Entrevista

Entrevista com o escritor e tradutor grapiúna Hélio Pólvora sobre a importância de Hemingway

O que Ernest Hemingway representa não só para a literatura norte- -americana do século 20, mas também universal?
Hélio Pólvora – Hemingway pertenceu à lost generation (geração perdida), definição cunhada por Gertrude Stein, musa em Paris de um grupo de escritores que, no interregno de duas guerras mundiais, esvaziaram a crença em valores considerados absolutos ou eternos. Tinha temperamento sombrio de herói trágico: o pai, o médico Clarence Hemingway, que lhe dera o primeiro rifle e o ensinara a caçar, suicidou-se. O escritor, já idoso e dominado pelas limitações da velhice, indignas de um sportsman, enfiou na boca os dois canos de uma espingarda de matar elefante – disparou. Além disso, apreciava a vida livre e rústica (raw life), e sentia a natureza em declínio. Sua ficção é a de um descrente, um nihilista que busca a aventura como contrapartida ao tédio de um mundo já banalizado. Depois dele, e paralelamente com Franz Kakfa, a boa literatura reflete uma sensação de perda e busca de identidade.

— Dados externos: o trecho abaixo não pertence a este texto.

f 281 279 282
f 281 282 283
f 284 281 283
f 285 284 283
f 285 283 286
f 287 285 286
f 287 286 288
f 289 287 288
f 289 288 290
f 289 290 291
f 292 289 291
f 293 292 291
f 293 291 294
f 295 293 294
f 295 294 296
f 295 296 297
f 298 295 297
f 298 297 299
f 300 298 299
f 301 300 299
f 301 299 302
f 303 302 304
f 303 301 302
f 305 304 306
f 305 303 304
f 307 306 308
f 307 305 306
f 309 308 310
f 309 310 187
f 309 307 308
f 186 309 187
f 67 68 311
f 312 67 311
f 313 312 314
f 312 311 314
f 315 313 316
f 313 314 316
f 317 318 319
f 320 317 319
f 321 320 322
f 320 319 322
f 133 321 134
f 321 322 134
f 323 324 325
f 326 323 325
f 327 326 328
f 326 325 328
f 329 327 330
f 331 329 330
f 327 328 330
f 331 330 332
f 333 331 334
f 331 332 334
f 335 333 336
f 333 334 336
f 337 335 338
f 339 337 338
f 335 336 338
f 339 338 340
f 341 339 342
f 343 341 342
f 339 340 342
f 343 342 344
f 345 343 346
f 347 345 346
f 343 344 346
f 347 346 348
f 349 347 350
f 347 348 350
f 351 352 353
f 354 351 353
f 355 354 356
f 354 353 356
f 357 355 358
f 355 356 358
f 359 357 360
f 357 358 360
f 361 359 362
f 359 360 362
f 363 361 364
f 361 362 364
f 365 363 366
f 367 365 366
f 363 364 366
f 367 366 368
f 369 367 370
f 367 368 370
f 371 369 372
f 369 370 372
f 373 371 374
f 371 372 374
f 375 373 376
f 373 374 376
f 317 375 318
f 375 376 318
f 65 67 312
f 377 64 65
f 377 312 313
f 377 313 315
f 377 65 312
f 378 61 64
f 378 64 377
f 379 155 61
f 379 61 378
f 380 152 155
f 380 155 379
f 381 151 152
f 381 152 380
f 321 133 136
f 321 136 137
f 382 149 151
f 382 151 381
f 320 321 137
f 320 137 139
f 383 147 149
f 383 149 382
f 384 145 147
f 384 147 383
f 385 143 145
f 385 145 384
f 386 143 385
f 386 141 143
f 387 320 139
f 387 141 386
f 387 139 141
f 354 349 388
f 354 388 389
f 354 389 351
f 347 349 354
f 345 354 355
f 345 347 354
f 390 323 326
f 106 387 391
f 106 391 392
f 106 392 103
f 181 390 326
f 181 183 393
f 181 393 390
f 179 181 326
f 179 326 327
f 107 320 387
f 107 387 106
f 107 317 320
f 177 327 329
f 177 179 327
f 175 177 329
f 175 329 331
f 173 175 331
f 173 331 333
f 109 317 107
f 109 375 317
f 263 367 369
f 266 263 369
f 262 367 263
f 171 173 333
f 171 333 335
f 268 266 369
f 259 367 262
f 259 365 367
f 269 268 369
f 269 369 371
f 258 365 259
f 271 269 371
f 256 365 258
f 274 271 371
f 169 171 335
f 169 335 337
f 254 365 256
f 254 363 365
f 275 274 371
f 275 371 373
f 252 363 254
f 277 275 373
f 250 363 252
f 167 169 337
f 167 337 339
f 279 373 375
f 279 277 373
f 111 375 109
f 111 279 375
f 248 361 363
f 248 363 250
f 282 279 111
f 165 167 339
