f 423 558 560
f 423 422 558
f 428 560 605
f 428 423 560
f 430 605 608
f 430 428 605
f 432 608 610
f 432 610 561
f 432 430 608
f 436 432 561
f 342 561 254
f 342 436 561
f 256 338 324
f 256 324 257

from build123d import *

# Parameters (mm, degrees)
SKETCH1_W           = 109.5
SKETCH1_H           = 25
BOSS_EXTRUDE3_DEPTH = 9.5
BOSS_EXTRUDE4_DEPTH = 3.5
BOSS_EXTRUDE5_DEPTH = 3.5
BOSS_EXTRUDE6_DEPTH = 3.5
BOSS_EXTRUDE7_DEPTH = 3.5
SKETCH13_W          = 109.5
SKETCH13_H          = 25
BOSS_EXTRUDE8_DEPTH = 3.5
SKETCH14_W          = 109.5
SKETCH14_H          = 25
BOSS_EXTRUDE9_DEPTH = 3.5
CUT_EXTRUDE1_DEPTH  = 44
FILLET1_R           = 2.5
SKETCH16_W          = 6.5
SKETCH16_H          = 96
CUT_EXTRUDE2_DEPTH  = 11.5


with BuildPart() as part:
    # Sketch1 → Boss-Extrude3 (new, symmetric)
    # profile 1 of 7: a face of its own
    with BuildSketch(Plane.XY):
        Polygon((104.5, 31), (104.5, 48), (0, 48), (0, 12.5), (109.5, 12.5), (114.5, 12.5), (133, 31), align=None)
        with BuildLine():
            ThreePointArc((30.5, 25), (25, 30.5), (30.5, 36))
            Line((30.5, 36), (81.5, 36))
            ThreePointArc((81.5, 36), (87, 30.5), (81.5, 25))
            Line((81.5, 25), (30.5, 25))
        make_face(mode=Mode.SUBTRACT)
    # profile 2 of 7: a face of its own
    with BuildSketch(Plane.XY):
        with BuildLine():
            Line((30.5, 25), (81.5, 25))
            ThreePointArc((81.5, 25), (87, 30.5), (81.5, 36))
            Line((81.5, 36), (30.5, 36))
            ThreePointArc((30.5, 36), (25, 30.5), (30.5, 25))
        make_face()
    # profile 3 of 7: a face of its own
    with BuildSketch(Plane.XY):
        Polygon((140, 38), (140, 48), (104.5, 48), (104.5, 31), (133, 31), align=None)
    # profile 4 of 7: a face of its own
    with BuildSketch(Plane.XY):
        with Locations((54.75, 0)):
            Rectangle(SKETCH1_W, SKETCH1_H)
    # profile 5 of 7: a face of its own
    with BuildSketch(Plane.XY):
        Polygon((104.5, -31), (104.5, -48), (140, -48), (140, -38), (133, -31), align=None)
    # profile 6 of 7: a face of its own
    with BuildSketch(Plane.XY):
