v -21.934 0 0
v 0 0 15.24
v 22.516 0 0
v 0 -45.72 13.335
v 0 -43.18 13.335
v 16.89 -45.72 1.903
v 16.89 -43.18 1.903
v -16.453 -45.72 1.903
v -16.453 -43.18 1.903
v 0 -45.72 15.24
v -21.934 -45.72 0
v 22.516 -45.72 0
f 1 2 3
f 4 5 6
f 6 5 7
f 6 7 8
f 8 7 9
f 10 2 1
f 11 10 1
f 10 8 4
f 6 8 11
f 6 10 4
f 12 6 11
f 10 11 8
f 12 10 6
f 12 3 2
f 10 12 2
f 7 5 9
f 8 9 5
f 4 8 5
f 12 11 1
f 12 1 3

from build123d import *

# Parameters (mm, degrees)
F1_DEPTH = 45.72
F2_DEPTH = 43.18


with BuildPart() as f1:
    # F0 (on Front) → F1 (new body)
    with BuildSketch(Plane.XZ):
        Polygon((0, 15.24), (-21.933843, 0), (0, 0), (0, 1.903249), (-16.452903, 1.903249), (0, 13.335), align=None)
        Polygon((0, 1.903249), (0, 0), (22.516157, 0), (0, 15.24), (0, 13.335), (16.889705, 1.903249), align=None)
    extrude(amount=F1_DEPTH)

    # F0 (on Front) → F2 (join)
    with BuildSketch(Plane.XZ):
        Polygon((-16.452903, 1.903249), (0, 1.903249), (16.889705, 1.903249), (0, 13.335), align=None)
    extrude(amount=F2_DEPTH)


solid = f1.part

Que tipo de inovação ou renovação estilistica / linguística ele trouxe?
Hélio Pólvora – Ele foi o corifeu dos que procuram a palavra exata, sem adorno – a palavra capaz de resumir situações e temperamentos. Escreveu com simplicidade – mas uma simplicidade enganosa, produto de despojamento e depuração. Fez literatura superior, na medida em que, em vez de descrever ações e sentimentos de personagens, deixou-os transparecer no que eles diziam e, sobretudo, no que faziam, namaneiracomo reagiam à vida.

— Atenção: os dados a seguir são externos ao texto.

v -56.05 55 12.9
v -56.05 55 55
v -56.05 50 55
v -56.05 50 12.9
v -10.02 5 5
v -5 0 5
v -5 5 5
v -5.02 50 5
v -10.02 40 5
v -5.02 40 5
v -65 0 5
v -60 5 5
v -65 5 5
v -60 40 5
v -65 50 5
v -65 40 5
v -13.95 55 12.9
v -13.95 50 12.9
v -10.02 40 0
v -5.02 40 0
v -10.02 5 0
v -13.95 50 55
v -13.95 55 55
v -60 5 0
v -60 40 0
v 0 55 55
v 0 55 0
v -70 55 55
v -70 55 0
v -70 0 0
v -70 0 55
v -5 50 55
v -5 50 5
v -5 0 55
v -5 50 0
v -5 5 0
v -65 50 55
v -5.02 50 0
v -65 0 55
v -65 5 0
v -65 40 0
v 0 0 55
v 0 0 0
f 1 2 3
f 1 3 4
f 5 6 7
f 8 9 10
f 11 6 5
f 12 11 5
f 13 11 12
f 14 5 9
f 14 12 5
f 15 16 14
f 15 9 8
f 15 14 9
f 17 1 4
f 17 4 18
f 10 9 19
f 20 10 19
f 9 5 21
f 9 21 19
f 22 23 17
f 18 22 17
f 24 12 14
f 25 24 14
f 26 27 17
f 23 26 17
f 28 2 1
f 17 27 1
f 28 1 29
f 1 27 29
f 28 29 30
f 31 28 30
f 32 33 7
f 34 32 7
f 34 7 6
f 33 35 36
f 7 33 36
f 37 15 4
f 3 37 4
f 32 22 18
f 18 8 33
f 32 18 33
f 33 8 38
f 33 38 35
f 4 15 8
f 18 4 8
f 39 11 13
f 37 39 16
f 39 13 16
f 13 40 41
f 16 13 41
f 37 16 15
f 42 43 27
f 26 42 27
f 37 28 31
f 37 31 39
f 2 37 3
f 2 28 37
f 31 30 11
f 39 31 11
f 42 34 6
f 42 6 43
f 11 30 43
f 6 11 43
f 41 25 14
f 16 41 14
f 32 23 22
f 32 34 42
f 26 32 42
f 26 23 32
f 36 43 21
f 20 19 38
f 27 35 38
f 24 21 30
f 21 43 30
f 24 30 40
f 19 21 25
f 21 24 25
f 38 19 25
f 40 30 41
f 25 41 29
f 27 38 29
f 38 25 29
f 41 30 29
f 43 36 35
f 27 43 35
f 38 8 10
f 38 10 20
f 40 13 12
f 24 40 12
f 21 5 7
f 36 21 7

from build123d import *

# Parameters (mm, degrees)
SKETCH1_W           = 70
SKETCH1_H           = 55
BOSS_EXTRUDE1_DEPTH = 5
SKETCH2_W           = 5
SKETCH2_H           = 45
SKETCH2_W_2         = 5.019591865
CUT_EXTRUDE1_DEPTH  = 5
BOSS_EXTRUDE4_DEPTH = 50
SKETCH7_W           = 42.1
SKETCH7_H           = 42.1
CUT_EXTRUDE2_DEPTH  = 5
SKETCH9_W           = 5
SKETCH9_H           = 10
BOSS_EXTRUDE5_DEPTH = 5
SKETCH11_W          = 5
SKETCH11_H          = 10
BOSS_EXTRUDE6_DEPTH = 5


with BuildPart() as part:
    # Sketch1 → Boss-Extrude1 (new body)
    with BuildSketch(Plane.XY):
        with Locations((-35, 27.5)):
            Rectangle(SKETCH1_W, SKETCH1_H)
    extrude(amount=BOSS_EXTRUDE1_DEPTH)

    # Sketch2 → Cut-Extrude1 (cut)
    with BuildSketch(Plane.XY.offset(5)):
        with Locations((-62.5, 27.5)):
            Rectangle(SKETCH2_W, SKETCH2_H)
        with Locations((-7.509795933, 27.5)):
            Rectangle(SKETCH2_W_2, SKETCH2_H)
    extrude(amount=-CUT_EXTRUDE1_DEPTH, mode=Mode.SUBTRACT)

    # Sketch6 → Boss-Extrude4 (add)
    with BuildSketch(Plane.XY.offset(5)):
        Polygon((-70, 0), (-65, 0), (-65, 50), (-5, 50), (-5, 0), (0, 0), (0, 55), (-5, 55), (-65, 55), (-70, 55), align=None)
    extrude(amount=BOSS_EXTRUDE4_DEPTH)

    # Sketch7 → Cut-Extrude2 (cut)
    with BuildSketch(Plane(origin=(0, 55, 0), x_dir=(1, 0, 0), z_dir=(0, 1, 0))):
        with Locations((-35, -33.95)):
            Rectangle(SKETCH7_W, SKETCH7_H)
    extrude(amount=-CUT_EXTRUDE2_DEPTH, mode=Mode.SUBTRACT)

    # Sketch9 → Boss-Extrude5 (add)
    with BuildSketch(Plane.ZY.offset(60)):
        with Locations((2.5, 45)):
            Rectangle(SKETCH9_W, SKETCH9_H)
    extrude(amount=BOSS_EXTRUDE5_DEPTH)

    # Sketch11 → Boss-Extrude6 (add)
    with BuildSketch(Plane(origin=(-10.019591865, 0, 0), x_dir=(0, 0, -1), z_dir=(1, 0, 0))):
        with Locations((-2.5, 45)):
            Rectangle(SKETCH11_W, SKETCH11_H)
    extrude(amount=BOSS_EXTRUDE6_DEPTH)


solid = part.part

Para o senhor, Hemingway é mais cultuado pela literatura em si ou pela personalidade forte, já que fazia o tipo macho aventureiro, em oposição aos europeus mais sensíveis e de modos mais delicados?
Hélio Pólvora – Por ambas as facetas. Mas creio que cultivou mais a raw life, pela necessidade de ser e criar heróis másculos numa sociedade de fracos e medíocres. Ademais, o fato de arriscar-se era uma forma disfarçada de arreliar a morte, ou talvez de apressá-la. Mas embora passe a ideia de ficcionista duro, avesso ao sentimentalismo, acreditava, no fundo, que os sinos tangem por todos nós, conforme a epígrafe de John Donne em Por Quem os Sinos Dobram, romance sobre a Guerra Civil Espanhola.

As traduções brasileiras fazem jus à obra? O senhor tem alguma observação nesse sentido?
Hélio Pólvora – Gosto das traduções de Breno da Silveira e de algumas mais recentes. Eu próprio traduzi The Nick Adams Stories (As Aventuras de Nick Adams), contos ambientados nas florwstas de Michigan, sobre o seu alter ego Nick à procura das próprias trilhas existenciais, sobre a guerra, sobre o desconsolado retorno do soldado e o eterno (e prazeroso, naturalmente) conflito homem- mulher. Traduzi também The Good Lion, uma história infantil. Admiro Heminway mais como contista (As Neves de Kilimanjaro, Os Assassinos, O Velho e o Mar, Agora eu Me Deito, O Último Lugar Bom, Colinas Como Elefantes Brancos, O Fim de Algo, A Vida Curta e Feliz de Francis Macomber, dentre outros). Dos seus romances, prefiro O Sol Também se Levanta.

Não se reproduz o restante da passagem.